Bugs Bunny at the Symphony has been touring the world with different orchestras since 1990. Those 30-odd years have honed the production values and this local iteration is as crisp and sharp as you would expect from an outfit as professional as the MSO.

The orchestra played along to such classic cartoons such as What’s Opera, Doc?, Rabbit of SevilleBaton Bunny and A Corny Concerto, as well as five new shorts, with well-known tunes like ‘The Blue Danube’ and the ‘Ride of the Valkyries’. There was something particularly delightful about the juxtaposition of the sombre, all black-garbed musicians performing alongside the technicolour silliness of the animations. It’s a winning combination: gravitas and levity in the one night.

Bugs, of course, was the star, and featured in the majority of the animations, even having several chances to wield the baton with bombastic glee and conduct his own orchestra. Watching him again as an adult, it was interesting to note just how much of a gender-bender, cross-dresser he is, often adorning himself in a frock, and fluttering eyelashes to seduce and bamboozle his enemies.
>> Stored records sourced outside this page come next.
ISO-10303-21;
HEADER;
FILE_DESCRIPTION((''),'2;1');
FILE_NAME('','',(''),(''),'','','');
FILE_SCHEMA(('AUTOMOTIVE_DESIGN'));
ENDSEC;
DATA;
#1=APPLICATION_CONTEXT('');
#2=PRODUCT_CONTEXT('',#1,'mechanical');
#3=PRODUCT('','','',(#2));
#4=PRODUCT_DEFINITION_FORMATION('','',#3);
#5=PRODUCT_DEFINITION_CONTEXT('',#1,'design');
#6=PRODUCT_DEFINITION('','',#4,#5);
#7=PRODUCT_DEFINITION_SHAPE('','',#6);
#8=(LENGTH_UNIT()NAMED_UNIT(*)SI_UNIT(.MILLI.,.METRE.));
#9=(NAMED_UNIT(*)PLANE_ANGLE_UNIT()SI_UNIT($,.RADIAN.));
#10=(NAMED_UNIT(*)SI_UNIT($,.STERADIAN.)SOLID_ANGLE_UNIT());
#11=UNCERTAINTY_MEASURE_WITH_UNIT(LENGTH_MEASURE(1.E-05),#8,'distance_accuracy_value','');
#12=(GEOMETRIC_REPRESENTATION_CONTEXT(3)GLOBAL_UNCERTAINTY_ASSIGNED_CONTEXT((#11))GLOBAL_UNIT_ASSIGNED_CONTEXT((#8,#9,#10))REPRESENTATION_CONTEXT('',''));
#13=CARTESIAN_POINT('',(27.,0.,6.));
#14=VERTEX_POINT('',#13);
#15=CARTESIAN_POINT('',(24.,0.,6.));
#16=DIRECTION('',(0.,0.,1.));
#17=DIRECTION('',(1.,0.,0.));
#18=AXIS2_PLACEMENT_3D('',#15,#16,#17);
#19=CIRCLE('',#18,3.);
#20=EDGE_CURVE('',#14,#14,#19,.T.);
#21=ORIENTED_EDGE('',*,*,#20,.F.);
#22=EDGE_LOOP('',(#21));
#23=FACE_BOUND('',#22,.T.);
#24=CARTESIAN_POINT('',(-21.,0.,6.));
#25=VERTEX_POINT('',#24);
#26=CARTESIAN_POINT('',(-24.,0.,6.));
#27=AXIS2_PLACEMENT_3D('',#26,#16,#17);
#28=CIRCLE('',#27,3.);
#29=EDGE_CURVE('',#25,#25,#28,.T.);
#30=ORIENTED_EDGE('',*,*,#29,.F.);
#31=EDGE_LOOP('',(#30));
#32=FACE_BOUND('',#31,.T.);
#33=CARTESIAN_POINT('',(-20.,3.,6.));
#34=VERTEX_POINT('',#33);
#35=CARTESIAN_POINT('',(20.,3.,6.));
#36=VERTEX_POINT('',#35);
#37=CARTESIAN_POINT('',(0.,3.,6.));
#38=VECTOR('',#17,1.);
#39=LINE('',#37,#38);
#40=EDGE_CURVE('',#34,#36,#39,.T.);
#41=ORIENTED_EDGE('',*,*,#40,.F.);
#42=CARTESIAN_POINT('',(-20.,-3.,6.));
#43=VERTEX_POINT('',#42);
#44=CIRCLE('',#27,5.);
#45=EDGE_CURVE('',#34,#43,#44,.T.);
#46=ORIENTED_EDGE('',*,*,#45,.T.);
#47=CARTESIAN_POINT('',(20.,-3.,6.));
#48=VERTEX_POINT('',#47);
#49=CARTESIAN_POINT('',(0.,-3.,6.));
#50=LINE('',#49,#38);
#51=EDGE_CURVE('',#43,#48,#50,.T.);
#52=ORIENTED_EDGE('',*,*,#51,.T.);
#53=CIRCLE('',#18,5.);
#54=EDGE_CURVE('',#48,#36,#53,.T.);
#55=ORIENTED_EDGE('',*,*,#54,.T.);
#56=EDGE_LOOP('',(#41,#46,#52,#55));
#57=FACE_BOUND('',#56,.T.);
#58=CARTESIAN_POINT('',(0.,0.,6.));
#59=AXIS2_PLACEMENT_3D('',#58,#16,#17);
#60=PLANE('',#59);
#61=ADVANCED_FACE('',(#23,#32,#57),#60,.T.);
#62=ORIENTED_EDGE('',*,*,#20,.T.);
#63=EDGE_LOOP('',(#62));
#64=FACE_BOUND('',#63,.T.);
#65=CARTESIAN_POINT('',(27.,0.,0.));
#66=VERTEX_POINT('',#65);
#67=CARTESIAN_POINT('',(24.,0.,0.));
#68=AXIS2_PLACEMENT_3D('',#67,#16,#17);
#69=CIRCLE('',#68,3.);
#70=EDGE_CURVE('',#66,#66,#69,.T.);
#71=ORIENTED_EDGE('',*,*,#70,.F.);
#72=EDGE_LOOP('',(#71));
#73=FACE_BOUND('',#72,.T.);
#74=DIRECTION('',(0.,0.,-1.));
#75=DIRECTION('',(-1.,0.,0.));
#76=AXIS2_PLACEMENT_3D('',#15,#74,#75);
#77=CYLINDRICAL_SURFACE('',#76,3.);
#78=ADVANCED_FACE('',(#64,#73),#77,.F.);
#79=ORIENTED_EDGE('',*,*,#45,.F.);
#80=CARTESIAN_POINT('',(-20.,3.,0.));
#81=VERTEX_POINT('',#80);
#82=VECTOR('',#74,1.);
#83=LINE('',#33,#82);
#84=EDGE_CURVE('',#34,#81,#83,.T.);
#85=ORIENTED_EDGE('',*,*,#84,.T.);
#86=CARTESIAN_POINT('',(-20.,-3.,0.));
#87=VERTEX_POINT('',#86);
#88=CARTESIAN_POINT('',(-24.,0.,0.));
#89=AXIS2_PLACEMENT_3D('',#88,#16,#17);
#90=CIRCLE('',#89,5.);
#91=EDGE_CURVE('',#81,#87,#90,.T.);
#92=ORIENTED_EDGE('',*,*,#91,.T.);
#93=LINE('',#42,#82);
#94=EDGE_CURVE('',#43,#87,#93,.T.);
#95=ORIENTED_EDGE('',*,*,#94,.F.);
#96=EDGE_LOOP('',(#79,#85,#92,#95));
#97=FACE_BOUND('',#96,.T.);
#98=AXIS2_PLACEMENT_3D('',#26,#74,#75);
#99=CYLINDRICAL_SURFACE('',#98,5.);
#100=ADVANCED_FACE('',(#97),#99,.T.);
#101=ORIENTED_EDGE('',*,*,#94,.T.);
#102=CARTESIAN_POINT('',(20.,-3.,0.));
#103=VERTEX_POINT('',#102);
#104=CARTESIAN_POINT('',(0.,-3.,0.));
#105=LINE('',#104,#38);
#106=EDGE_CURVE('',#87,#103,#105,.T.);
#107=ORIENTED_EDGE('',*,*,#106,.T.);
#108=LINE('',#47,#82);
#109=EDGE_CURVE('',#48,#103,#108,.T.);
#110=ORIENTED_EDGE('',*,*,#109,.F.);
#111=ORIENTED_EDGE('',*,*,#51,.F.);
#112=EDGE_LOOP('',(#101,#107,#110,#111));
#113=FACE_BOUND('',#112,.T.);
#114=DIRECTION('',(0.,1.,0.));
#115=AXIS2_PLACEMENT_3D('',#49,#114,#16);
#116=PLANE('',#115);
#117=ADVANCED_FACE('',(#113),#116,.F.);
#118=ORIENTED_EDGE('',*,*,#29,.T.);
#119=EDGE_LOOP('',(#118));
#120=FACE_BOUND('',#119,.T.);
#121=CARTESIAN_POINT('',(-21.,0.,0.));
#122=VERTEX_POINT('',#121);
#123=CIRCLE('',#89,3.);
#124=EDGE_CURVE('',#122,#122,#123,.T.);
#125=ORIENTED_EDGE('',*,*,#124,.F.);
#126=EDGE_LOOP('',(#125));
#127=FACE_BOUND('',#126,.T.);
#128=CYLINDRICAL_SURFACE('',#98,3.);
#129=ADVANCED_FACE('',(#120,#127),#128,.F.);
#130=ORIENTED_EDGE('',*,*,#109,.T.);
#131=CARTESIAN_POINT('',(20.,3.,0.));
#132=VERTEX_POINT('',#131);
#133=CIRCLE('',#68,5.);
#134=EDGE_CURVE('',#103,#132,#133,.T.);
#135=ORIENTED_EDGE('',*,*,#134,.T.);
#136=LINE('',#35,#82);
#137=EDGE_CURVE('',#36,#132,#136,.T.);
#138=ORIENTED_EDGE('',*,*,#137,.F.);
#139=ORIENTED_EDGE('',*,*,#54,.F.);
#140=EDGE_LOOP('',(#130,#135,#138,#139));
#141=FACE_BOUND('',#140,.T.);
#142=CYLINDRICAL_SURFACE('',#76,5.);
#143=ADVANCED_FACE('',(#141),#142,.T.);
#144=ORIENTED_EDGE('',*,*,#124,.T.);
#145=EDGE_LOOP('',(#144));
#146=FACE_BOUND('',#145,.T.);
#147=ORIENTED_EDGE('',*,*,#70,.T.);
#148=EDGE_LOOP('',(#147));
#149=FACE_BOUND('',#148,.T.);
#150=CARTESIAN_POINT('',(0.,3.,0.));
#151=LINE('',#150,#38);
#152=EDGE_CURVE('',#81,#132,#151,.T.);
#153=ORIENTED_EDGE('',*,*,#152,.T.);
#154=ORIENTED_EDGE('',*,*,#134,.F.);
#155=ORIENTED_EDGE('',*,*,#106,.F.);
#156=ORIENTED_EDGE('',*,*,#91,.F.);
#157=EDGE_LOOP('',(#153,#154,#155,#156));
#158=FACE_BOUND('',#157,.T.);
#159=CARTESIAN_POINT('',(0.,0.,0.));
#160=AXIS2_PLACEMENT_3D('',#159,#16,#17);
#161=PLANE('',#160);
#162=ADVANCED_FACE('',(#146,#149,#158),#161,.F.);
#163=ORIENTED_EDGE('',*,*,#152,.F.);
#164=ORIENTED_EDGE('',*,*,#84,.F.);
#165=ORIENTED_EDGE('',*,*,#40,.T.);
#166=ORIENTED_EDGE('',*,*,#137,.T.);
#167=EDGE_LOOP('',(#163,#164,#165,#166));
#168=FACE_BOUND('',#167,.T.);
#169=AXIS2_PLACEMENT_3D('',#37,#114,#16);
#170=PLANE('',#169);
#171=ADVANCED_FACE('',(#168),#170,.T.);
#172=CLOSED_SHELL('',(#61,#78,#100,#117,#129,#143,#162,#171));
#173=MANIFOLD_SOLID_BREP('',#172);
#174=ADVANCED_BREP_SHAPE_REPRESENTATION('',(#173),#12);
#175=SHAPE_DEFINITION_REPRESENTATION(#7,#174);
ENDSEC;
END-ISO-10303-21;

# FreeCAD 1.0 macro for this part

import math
import FreeCAD as App
import Part
import Sketcher

doc = App.newDocument("Part")
params = doc.addObject("Spreadsheet::Sheet", "Params")
for row, (alias, value) in enumerate([
    ("sketch1_radius", "5 mm"),
    ("sketch1_radius2", "3 mm"),
    ("sketch1_width", "40 mm"),
    ("pad1_length", "6 mm"),
], start=1):
    params.set(f"A{row}", alias)
    params.set(f"B{row}", "=" + value)
    params.setAlias(f"B{row}", alias)

body = doc.addObject("PartDesign::Body", "Body")

sketch1 = body.newObject("Sketcher::SketchObject", "Sketch")
sketch1.AttachmentSupport = (doc.getObject("XY_Plane"), [""])
sketch1.MapMode = "FlatFace"
sketch1.addGeometry([
    Part.LineSegment(App.Vector(20, 3, 0), App.Vector(-20, 3, 0)),
    Part.ArcOfCircle(Part.Circle(App.Vector(-24, 0, 0), App.Vector(0, 0, 1), 5), math.radians(36.869898), math.radians(90)),
    Part.ArcOfCircle(Part.Circle(App.Vector(-24, 0, 0), App.Vector(0, 0, 1), 5), math.radians(90), math.radians(270)),
    Part.ArcOfCircle(Part.Circle(App.Vector(-24, 0, 0), App.Vector(0, 0, 1), 5), math.radians(-90), math.radians(-36.869898)),
    Part.LineSegment(App.Vector(-20, -3, 0), App.Vector(20, -3, 0)),
    Part.ArcOfCircle(Part.Circle(App.Vector(24, 0, 0), App.Vector(0, 0, 1), 5), math.radians(-143.130102), math.radians(-90.000001)),
    Part.ArcOfCircle(Part.Circle(App.Vector(24, 0, 0), App.Vector(0, 0, 1), 5), math.radians(-90.000001), math.radians(0)),
    Part.ArcOfCircle(Part.Circle(App.Vector(24, 0, 0), App.Vector(0, 0, 1), 5), math.radians(0), math.radians(90)),
    Part.ArcOfCircle(Part.Circle(App.Vector(24, 0, 0), App.Vector(0, 0, 1), 5), math.radians(90), math.radians(143.130102)),
    Part.ArcOfCircle(Part.Circle(App.Vector(24, 0, 0), App.Vector(0, 0, 1), 3), math.radians(90), math.radians(270)),
    Part.ArcOfCircle(Part.Circle(App.Vector(24, 0, 0), App.Vector(0, 0, 1), 3), math.radians(0), math.radians(90)),
    Part.ArcOfCircle(Part.Circle(App.Vector(24, 0, 0), App.Vector(0, 0, 1), 3), math.radians(-90), math.radians(0)),
    Part.ArcOfCircle(Part.Circle(App.Vector(-24, 0, 0), App.Vector(0, 0, 1), 3), math.radians(-90), math.radians(0)),
    Part.ArcOfCircle(Part.Circle(App.Vector(-24, 0, 0), App.Vector(0, 0, 1), 3), math.radians(90), math.radians(270)),
    Part.ArcOfCircle(Part.Circle(App.Vector(-24, 0, 0), App.Vector(0, 0, 1), 3), math.radians(0), math.radians(90)),
], False)
sketch1.addConstraint([
    Sketcher.Constraint("Coincident", 0, 2, 1, 1),
    Sketcher.Constraint("Tangent", 1, 2, 2, 1),
    Sketcher.Constraint("Tangent", 2, 2, 3, 1),
    Sketcher.Constraint("Coincident", 3, 2, 4, 1),
    Sketcher.Constraint("Coincident", 4, 2, 5, 1),
    Sketcher.Constraint("Tangent", 5, 2, 6, 1),
    Sketcher.Constraint("Tangent", 6, 2, 7, 1),
    Sketcher.Constraint("Tangent", 7, 2, 8, 1),
    Sketcher.Constraint("Coincident", 8, 2, 0, 1),
    Sketcher.Constraint("Tangent", 9, 1, 10, 2),
    Sketcher.Constraint("Tangent", 10, 1, 11, 2),
    Sketcher.Constraint("Tangent", 11, 1, 9, 2),
    Sketcher.Constraint("Tangent", 12, 1, 13, 2),
    Sketcher.Constraint("Tangent", 13, 1, 14, 2),
    Sketcher.Constraint("Tangent", 14, 1, 12, 2),
    Sketcher.Constraint("Horizontal", 0),
    Sketcher.Constraint("Horizontal", 4),
    Sketcher.Constraint("Coincident", 7, 3, 5, 3),
    Sketcher.Constraint("Coincident", 9, 3, 5, 3),
    Sketcher.Constraint("Coincident", 12, 3, 1, 3),
    Sketcher.Constraint("Equal", 1, 2),
    Sketcher.Constraint("Equal", 2, 3),
    Sketcher.Constraint("Equal", 3, 5),
    Sketcher.Constraint("Equal", 7, 8),
    Sketcher.Constraint("Equal", 11, 12),
    Sketcher.Constraint("Symmetric", 1, 3, 5, 3, -1, 1),
    Sketcher.Constraint("Symmetric", 2, 2, 5, 2, -2),
    Sketcher.Constraint("PointOnObject", 6, 2, -1),
    Sketcher.Constraint("PointOnObject", 10, 1, -1),
    Sketcher.Constraint("PointOnObject", 14, 1, -1),
    Sketcher.Constraint("Horizontal", 8, 2, 9, 1),
    Sketcher.Constraint("Horizontal", 4, 2, 11, 1),
    Sketcher.Constraint("Vertical", 14, 3, 1, 2),
    Sketcher.Constraint("Vertical", 1, 2, 2, 2),
    Sketcher.Constraint("Vertical", 5, 2, 7, 2),
    Sketcher.Constraint("Vertical", 7, 2, 9, 1),
    Sketcher.Constraint("Vertical", 9, 1, 11, 1),
    Sketcher.Constraint("Vertical", 2, 2, 12, 1),
    Sketcher.Constraint("Vertical", 12, 1, 13, 1),
    Sketcher.Constraint("Radius", 1, 5.0),
    Sketcher.Constraint("Radius", 9, 3.0),
    Sketcher.Constraint("DistanceX", 0, 2, 0, 1, 40.0),
])
sketch1.setExpression("Constraints[39]", "Params.sketch1_radius")
sketch1.setExpression("Constraints[40]", "Params.sketch1_radius2")
sketch1.setExpression("Constraints[41]", "Params.sketch1_width")
pad1 = body.newObject("PartDesign::Pad", "Pad")
pad1.Profile = sketch1
pad1.setExpression("Length", "Params.pad1_length")

doc.recompute()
If there’s one niggling complaint about this concert, it’s that there were too many Wile E Coyote and Road Runner shorts and not enough, or none at all, of some of the other Looney Tunes characters like Daffy Duck, Foghorn Leghorn, Yosemite Sam, Porky Pig, and Tweety and Sylvester. However, this is probably because the Coyote and Roadrunner features are wordless high-action pieces, so easy for a musical accompaniment to be overlaid, whereas the other characters rely more on speech for narrative progression.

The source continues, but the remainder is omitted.